Here is a simple example:
import torch
import torch.distributed as dist
def main():
import os
# Initialize the NCCL backend
dist.init_process_group(backend='nccl')
world_size = int(os.environ['WORLD_SIZE'])
rank = int(os.environ['RANK'])
# Create a tensor on the GPU
tensor = torch.rand(10).cuda(rank)
# Start CUDA graph capture
stream = torch.cuda.Stream(device=f"cuda:{rank}")
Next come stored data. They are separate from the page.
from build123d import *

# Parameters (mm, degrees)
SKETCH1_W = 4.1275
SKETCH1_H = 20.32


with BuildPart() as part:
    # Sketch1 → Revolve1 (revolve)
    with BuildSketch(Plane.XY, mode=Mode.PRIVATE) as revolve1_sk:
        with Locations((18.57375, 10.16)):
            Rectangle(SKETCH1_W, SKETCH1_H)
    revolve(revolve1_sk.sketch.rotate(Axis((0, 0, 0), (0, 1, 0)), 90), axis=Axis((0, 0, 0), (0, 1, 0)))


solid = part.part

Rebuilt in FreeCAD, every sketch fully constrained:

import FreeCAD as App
import Part
import Sketcher
from FreeCAD import Vector
Q = App.Units.Quantity

doc = App.newDocument("Part")
params = doc.addObject("Spreadsheet::Sheet", "Params")
for row, (alias, value) in enumerate([
    ("sketch1_height", "0.8 in"),
    ("revolution_angle", "360 deg"),
], start=1):
    params.set(f"A{row}", alias)
    params.set(f"B{row}", "=" + value)
    params.setAlias(f"B{row}", alias)

body = doc.addObject("PartDesign::Body", "Body")

# Sketch on XY plane
sketch1 = body.newObject("Sketcher::SketchObject", "Sketch")
sketch1.AttachmentSupport = (doc.getObject("XY_Plane"), [""])
sketch1.MapMode = "FlatFace"
sketch1.addGeometry(Part.LineSegment(Vector(16.5, 20.3, 0), Vector(16.5, 0, 0)), False)
sketch1.addGeometry(Part.LineSegment(Vector(16.5, 0, 0), Vector(20.6, 0, 0)), False)
sketch1.addGeometry(Part.LineSegment(Vector(20.6, 0, 0), Vector(20.6, 20.3, 0)), False)
sketch1.addGeometry(Part.LineSegment(Vector(20.6, 20.3, 0), Vector(16.5, 20.3, 0)), False)
sketch1.addConstraint(Sketcher.Constraint("Coincident", 0, 2, 1, 1))
sketch1.addConstraint(Sketcher.Constraint("Coincident", 1, 2, 2, 1))
sketch1.addConstraint(Sketcher.Constraint("Coincident", 2, 2, 3, 1))
sketch1.addConstraint(Sketcher.Constraint("Coincident", 3, 2, 0, 1))
sketch1.addConstraint(Sketcher.Constraint("Vertical", 0))
sketch1.addConstraint(Sketcher.Constraint("Horizontal", 1))
sketch1.addConstraint(Sketcher.Constraint("Vertical", 2))
sketch1.addConstraint(Sketcher.Constraint("Horizontal", 3))
sketch1.addConstraint(Sketcher.Constraint("PointOnObject", 0, 2, -1))
sketch1.addConstraint(Sketcher.Constraint("DistanceY", 0, 2, 0, 1, Q("0.8 in")))
sketch1.addConstraint(Sketcher.Constraint("DistanceX", -1, 1, 0, 2, Q("0.65 in")))
sketch1.addConstraint(Sketcher.Constraint("DistanceX", 1, 1, 1, 2, Q("0.1625 in")))
sketch1.setExpression("Constraints[9]", "Params.sketch1_height")
revolution = body.newObject("PartDesign::Revolution", "Revolution")
revolution.Profile = sketch1
revolution.ReferenceAxis = (sketch1, ["V_Axis"])
revolution.setExpression("Angle", "Params.revolution_angle")

doc.recompute()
graph = torch.cuda.CUDAGraph()
stream.synchronize()
with torch.cuda.graph(graph, stream=stream):
# Perform all-reduce operation
dist.all_reduce(tensor)
stream.synchronize()
# Execute the graph
graph.replay()
print("All-reduce completed:", tensor)
if __name__ == "__main__":
main()
Run with torchrun --nproc-per-node 8 test.py
, got the following error:
torch/distributed/distributed_c10d.py", line 2050, in all_reduce
work = group.allreduce([tensor], opts)
torch.distributed.DistBackendError: NCCL error in: ../torch/csrc/distributed/c10d/NCCLUtils.hpp:219, unhandled cuda error (run with NCCL_DEBUG=INFO for details), NCCL version 2.18.1
ncclUnhandledCudaError: Call to CUDA function failed.
Last error:
Cuda failure 'operation not permitted when stream is capturing'
Per the nccl documentation:
Starting with NCCL 2.9, NCCL operations can be captured by CUDA Graphs.
So why does pytorch cudagraph fail to capture allreduce operation?